▸ Exercise
Return the data below exactly, but only from the line containing "f 247 173 171" through the line containing "f 59 223 221", with both of those lines included.

▸ Supplied material
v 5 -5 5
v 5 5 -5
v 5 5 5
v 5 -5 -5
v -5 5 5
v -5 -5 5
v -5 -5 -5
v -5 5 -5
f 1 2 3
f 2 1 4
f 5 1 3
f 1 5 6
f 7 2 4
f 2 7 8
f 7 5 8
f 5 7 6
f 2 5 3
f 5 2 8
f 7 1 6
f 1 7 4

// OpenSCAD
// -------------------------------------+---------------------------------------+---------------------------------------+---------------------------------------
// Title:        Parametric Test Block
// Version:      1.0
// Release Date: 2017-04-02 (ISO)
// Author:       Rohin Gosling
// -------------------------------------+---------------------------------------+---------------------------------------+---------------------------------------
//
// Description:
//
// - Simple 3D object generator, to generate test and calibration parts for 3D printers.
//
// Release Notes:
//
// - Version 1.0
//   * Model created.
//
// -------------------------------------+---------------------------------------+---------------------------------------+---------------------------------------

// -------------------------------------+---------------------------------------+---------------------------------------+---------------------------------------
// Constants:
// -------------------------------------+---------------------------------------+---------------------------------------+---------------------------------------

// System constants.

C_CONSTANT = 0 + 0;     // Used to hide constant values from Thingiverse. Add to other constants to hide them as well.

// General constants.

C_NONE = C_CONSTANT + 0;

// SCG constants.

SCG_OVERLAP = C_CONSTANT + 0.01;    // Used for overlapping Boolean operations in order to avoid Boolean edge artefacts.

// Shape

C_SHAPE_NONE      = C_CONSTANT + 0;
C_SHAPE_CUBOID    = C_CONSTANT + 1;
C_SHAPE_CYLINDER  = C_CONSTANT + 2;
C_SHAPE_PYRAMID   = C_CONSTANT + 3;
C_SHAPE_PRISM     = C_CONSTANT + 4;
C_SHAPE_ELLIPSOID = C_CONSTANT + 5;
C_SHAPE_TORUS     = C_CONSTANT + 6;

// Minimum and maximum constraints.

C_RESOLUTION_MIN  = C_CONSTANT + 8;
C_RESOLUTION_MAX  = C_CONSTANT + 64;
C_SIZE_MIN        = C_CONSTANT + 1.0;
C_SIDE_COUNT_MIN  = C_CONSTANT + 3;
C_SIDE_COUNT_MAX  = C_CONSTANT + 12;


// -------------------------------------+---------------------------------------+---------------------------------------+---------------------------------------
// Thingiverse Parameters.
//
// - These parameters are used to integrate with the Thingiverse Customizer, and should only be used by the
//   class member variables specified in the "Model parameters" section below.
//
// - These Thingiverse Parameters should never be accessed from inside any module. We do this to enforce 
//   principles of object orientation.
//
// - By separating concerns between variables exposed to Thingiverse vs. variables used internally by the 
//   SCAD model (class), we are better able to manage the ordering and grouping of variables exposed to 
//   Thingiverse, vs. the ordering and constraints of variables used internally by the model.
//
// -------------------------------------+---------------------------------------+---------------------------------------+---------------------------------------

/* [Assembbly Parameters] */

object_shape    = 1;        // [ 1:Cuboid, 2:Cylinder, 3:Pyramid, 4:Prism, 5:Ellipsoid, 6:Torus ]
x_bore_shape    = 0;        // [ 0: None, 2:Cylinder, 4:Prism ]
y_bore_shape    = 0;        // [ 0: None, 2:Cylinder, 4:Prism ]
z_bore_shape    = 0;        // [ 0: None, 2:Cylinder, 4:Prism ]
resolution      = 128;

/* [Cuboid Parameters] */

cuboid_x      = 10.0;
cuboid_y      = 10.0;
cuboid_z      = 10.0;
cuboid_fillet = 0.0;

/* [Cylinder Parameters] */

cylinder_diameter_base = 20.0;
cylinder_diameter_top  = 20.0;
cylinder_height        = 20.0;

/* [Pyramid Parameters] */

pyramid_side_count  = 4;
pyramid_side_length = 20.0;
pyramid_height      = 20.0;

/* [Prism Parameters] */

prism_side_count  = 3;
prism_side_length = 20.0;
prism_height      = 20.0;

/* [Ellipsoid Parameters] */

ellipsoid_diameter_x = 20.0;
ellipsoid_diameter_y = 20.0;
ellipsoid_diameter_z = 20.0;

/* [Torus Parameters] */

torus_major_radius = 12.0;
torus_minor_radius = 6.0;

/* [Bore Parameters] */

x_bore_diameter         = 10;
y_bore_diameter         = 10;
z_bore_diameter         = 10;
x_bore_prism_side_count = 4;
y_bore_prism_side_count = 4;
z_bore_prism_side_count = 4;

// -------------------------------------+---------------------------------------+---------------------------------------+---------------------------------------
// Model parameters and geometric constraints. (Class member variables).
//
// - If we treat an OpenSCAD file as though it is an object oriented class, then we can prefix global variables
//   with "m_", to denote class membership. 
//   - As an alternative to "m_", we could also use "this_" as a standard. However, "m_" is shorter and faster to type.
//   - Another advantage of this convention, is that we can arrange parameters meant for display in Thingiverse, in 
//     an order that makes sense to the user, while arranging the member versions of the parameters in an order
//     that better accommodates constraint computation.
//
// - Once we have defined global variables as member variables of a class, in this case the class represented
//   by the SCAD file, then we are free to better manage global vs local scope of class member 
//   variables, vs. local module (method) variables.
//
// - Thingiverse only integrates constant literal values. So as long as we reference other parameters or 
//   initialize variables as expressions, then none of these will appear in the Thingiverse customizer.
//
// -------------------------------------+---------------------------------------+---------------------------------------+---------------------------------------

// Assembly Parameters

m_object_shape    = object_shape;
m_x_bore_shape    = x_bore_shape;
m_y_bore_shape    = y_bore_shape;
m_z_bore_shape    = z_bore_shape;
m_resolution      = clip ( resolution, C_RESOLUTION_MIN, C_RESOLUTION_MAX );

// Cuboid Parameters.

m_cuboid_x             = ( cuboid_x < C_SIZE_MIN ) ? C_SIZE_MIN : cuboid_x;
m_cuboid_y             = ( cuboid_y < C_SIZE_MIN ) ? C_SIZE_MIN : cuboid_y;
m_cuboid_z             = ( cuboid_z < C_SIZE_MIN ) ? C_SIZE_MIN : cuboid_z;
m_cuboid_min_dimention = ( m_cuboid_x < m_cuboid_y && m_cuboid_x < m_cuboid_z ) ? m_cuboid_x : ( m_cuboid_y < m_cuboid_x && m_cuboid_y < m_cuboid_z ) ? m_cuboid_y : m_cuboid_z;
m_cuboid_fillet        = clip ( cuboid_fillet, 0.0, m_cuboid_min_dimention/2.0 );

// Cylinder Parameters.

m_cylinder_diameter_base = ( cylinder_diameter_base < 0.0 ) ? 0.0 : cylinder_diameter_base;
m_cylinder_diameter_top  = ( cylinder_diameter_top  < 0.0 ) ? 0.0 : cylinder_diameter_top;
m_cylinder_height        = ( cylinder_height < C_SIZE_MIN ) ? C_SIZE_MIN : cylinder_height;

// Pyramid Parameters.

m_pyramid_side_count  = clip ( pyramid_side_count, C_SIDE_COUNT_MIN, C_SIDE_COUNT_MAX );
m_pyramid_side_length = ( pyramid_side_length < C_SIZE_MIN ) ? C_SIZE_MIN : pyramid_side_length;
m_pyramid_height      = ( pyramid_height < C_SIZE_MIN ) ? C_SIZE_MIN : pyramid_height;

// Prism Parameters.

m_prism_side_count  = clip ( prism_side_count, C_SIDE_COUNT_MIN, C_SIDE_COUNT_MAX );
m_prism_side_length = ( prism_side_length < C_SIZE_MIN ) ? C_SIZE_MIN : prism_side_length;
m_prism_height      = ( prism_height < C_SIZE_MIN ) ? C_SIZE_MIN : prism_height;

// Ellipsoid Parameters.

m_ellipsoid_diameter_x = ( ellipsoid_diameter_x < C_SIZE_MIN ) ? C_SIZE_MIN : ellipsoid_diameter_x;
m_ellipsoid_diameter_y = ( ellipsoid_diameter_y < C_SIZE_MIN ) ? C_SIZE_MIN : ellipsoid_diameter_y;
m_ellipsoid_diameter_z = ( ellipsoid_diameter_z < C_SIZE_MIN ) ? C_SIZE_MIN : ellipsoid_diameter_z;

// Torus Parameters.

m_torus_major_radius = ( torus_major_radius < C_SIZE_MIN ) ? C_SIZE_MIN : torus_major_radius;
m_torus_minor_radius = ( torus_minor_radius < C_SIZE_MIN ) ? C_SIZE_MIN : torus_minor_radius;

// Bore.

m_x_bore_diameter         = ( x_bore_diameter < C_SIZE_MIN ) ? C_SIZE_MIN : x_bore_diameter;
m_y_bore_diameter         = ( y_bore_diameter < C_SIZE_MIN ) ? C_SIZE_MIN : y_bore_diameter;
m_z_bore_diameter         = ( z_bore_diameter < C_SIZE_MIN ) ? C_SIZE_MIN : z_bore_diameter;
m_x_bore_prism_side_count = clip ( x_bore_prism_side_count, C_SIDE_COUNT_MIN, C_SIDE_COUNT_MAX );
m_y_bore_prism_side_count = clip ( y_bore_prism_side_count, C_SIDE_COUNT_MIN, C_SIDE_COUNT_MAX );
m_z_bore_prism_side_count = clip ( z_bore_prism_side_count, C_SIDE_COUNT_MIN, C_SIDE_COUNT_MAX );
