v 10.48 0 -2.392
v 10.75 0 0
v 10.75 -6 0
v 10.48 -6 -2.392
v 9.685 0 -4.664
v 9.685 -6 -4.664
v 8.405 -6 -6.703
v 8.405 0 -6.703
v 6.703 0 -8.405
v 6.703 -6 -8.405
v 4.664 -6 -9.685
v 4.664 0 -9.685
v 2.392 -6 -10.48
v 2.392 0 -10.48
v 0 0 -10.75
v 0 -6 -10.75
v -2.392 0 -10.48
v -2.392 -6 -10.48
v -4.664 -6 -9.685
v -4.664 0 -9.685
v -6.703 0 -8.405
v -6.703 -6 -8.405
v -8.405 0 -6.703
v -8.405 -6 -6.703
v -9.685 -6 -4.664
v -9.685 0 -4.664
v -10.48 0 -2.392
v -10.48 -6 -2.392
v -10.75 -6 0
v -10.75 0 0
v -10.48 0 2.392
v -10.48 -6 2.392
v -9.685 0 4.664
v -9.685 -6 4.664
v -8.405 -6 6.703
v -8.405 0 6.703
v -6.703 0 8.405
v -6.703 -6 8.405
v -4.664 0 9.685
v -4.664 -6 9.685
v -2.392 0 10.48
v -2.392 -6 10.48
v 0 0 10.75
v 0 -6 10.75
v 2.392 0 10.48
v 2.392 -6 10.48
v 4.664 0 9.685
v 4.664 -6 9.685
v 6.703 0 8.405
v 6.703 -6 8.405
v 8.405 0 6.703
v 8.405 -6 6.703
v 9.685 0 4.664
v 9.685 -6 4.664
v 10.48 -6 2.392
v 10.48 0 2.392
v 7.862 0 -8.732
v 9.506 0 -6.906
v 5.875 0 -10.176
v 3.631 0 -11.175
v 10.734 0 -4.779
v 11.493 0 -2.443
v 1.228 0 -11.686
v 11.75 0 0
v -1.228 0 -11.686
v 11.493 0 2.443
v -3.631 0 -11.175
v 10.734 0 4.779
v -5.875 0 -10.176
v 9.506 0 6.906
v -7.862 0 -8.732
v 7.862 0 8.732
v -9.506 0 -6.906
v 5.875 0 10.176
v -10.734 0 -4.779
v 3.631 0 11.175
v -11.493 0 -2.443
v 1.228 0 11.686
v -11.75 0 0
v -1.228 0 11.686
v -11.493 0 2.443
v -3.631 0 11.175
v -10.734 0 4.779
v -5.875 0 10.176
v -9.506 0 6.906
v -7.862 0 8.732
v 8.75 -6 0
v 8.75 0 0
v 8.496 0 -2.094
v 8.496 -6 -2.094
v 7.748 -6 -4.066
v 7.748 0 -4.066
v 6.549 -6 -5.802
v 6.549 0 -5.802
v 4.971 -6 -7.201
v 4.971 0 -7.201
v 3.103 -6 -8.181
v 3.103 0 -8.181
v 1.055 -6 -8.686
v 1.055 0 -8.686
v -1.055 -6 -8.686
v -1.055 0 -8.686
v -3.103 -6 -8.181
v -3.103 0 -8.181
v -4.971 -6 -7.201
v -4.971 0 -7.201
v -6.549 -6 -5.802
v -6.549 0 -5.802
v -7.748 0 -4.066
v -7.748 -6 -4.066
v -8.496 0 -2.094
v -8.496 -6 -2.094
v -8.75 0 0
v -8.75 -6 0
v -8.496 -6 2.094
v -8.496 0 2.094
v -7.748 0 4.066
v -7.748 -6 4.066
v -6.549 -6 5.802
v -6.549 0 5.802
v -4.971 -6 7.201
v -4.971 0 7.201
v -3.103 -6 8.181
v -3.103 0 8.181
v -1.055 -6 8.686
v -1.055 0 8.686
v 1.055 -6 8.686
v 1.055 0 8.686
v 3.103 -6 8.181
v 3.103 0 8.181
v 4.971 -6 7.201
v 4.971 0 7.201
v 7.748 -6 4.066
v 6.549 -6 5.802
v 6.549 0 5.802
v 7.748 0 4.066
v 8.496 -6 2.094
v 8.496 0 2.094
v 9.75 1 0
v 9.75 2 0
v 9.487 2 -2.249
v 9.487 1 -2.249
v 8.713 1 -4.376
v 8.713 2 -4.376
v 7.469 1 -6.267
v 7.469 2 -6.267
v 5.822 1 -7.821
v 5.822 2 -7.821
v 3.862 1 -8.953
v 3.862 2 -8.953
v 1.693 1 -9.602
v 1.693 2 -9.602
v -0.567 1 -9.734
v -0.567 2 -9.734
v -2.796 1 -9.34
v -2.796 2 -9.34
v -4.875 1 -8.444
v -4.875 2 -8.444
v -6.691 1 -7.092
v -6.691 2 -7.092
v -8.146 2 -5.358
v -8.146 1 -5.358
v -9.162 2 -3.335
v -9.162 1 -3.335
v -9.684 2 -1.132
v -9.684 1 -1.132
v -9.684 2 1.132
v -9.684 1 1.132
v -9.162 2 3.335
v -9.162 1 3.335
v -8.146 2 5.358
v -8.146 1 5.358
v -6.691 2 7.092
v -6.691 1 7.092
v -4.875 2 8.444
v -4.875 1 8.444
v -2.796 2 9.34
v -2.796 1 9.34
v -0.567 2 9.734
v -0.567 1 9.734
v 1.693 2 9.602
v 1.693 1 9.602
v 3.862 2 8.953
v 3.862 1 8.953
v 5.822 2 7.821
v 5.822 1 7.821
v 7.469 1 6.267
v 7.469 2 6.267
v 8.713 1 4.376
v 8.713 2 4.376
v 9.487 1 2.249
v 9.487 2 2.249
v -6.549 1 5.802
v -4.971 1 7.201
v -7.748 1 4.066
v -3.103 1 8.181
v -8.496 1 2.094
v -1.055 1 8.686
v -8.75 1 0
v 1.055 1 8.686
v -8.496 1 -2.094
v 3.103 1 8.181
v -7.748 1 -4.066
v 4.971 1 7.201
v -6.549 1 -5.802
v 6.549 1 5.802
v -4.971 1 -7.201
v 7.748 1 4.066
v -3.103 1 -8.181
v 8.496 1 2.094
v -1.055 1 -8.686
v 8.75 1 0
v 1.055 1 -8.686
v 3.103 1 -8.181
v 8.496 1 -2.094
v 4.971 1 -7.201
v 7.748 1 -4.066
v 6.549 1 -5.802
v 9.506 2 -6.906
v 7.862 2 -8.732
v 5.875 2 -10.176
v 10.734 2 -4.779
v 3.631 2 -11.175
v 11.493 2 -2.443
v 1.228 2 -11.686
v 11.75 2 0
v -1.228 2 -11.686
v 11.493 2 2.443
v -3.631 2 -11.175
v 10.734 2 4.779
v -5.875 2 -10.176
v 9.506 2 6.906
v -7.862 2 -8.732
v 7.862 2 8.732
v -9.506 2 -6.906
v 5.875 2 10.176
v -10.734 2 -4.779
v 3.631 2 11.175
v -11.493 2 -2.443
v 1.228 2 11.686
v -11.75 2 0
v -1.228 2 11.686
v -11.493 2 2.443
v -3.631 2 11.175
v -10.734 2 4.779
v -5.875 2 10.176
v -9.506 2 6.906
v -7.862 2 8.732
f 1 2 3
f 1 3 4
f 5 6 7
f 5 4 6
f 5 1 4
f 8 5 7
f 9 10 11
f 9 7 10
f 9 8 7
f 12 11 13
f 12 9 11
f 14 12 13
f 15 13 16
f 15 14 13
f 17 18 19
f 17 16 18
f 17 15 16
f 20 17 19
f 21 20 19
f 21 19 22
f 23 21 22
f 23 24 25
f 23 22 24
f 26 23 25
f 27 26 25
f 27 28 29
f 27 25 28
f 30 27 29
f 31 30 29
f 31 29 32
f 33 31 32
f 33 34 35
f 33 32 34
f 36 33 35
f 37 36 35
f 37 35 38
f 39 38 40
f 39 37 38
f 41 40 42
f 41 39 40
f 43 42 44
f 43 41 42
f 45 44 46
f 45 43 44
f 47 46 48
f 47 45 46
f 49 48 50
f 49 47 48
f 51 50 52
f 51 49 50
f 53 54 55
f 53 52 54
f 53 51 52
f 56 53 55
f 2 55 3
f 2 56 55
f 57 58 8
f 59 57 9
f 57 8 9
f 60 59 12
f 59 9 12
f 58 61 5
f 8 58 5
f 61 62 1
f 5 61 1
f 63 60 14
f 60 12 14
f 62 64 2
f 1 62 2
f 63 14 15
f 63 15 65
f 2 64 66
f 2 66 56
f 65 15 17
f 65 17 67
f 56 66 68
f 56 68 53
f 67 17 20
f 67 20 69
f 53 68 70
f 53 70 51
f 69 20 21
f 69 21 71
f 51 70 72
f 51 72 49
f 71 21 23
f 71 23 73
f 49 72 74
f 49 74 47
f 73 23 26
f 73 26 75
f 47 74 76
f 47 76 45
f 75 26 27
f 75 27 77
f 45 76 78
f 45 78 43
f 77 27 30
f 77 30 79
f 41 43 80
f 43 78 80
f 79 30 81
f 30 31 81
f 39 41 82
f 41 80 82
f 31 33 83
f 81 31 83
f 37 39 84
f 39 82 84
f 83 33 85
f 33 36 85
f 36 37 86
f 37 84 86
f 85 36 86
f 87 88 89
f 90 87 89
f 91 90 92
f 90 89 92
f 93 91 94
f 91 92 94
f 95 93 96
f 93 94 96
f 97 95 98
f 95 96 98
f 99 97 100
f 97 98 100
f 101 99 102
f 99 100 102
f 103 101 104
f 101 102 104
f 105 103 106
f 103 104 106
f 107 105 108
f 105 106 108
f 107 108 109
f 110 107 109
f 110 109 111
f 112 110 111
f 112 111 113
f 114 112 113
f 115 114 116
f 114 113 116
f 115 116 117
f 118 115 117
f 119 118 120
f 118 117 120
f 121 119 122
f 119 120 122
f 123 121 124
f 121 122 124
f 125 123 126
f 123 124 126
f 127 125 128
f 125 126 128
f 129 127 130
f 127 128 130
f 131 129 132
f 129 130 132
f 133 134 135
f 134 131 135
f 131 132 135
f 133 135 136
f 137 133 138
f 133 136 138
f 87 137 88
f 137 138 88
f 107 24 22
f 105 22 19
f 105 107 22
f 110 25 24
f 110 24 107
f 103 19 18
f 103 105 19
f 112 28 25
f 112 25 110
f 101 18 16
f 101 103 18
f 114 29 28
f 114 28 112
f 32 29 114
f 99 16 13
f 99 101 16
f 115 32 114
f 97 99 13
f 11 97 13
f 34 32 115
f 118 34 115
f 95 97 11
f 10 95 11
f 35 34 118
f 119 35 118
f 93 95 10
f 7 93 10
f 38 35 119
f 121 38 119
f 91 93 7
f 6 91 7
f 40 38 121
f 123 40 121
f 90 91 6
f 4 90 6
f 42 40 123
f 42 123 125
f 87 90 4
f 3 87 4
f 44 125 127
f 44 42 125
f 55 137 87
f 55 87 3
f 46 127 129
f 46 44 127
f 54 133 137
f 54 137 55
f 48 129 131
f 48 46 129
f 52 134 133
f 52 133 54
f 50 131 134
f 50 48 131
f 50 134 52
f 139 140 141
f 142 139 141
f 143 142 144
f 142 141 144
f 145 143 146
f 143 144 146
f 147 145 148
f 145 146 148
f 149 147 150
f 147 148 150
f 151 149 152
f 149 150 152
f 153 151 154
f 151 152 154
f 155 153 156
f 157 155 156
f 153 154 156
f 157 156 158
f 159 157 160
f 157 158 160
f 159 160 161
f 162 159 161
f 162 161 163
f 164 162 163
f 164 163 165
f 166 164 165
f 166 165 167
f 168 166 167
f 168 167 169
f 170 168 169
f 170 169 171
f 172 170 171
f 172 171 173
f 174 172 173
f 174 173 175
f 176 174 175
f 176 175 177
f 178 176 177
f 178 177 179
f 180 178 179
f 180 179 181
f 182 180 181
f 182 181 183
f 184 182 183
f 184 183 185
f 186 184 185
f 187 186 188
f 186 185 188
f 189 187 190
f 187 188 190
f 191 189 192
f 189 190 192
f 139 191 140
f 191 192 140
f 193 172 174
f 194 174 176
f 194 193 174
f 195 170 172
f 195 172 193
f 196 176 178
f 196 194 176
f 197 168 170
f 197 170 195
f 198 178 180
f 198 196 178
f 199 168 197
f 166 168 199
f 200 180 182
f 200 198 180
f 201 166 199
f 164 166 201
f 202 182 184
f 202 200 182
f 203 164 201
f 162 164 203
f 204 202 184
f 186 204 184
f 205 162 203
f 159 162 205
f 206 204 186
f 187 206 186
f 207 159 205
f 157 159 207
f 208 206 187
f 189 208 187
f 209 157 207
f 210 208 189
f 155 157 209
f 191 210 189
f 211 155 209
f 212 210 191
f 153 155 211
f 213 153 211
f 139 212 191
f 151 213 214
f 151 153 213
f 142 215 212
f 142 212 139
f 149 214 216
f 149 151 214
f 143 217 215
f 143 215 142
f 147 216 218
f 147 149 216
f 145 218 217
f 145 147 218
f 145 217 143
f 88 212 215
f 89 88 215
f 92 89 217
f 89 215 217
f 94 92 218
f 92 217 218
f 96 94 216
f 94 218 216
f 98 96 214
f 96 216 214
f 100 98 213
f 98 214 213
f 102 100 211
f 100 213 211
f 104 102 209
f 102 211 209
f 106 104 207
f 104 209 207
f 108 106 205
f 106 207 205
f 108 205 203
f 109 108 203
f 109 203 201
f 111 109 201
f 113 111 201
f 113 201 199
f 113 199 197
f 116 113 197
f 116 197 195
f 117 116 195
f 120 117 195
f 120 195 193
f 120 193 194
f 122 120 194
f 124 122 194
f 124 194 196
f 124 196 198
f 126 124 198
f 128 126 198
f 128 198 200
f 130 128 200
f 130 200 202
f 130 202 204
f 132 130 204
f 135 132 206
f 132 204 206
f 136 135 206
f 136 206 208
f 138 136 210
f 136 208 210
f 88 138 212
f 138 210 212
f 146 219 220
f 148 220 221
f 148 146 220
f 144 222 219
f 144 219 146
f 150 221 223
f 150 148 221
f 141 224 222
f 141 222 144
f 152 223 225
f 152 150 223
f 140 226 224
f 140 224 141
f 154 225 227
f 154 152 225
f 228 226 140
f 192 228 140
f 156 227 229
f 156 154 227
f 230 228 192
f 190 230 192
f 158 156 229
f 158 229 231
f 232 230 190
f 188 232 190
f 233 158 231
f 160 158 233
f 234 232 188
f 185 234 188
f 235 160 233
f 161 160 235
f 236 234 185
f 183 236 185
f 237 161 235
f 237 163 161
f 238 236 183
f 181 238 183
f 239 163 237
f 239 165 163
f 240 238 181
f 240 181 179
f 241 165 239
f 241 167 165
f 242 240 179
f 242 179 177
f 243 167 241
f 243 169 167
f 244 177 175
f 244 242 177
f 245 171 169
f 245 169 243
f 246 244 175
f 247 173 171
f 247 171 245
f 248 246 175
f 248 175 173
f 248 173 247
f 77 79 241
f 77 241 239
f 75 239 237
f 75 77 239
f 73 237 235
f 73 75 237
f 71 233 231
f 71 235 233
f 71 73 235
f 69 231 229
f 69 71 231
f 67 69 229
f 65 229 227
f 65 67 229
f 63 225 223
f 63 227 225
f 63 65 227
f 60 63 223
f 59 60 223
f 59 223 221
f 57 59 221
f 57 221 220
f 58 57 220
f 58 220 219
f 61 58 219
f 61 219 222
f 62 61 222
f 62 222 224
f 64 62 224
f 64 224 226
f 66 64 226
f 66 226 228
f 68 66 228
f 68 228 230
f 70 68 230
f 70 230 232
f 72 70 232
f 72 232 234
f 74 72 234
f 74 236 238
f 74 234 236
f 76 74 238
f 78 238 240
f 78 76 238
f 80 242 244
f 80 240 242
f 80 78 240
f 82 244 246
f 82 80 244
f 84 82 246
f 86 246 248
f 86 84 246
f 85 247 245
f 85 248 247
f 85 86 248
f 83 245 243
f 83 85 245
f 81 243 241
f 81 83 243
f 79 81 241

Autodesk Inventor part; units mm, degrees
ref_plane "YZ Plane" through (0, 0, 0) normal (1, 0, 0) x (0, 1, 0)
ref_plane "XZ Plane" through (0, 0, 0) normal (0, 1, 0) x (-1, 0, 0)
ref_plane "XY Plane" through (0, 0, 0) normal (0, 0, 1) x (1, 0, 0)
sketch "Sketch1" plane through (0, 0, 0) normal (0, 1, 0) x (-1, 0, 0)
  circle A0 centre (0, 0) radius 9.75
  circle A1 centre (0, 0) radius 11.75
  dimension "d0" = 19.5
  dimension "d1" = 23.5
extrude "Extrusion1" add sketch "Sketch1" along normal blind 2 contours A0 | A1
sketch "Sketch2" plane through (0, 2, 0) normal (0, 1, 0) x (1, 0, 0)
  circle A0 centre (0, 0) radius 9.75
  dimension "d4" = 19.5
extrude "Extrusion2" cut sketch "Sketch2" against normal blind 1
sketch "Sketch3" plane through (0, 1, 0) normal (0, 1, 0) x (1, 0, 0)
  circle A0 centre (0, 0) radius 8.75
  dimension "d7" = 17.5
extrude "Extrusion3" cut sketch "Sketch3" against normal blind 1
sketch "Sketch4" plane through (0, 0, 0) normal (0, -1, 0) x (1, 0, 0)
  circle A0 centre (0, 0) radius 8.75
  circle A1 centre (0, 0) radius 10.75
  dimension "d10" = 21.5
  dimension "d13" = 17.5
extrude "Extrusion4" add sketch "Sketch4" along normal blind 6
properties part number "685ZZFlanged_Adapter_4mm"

▸ Response to this exercise
f 247 173 171
f 247 171 245
f 248 246 175
f 248 175 173
f 248 173 247
f 77 79 241
f 77 241 239
f 75 239 237
f 75 77 239
f 73 237 235
f 73 75 237
f 71 233 231
f 71 235 233
f 71 73 235
f 69 231 229
f 69 71 231
f 67 69 229
f 65 229 227
f 65 67 229
f 63 225 223
f 63 227 225
f 63 65 227
f 60 63 223
f 59 60 223
f 59 223 221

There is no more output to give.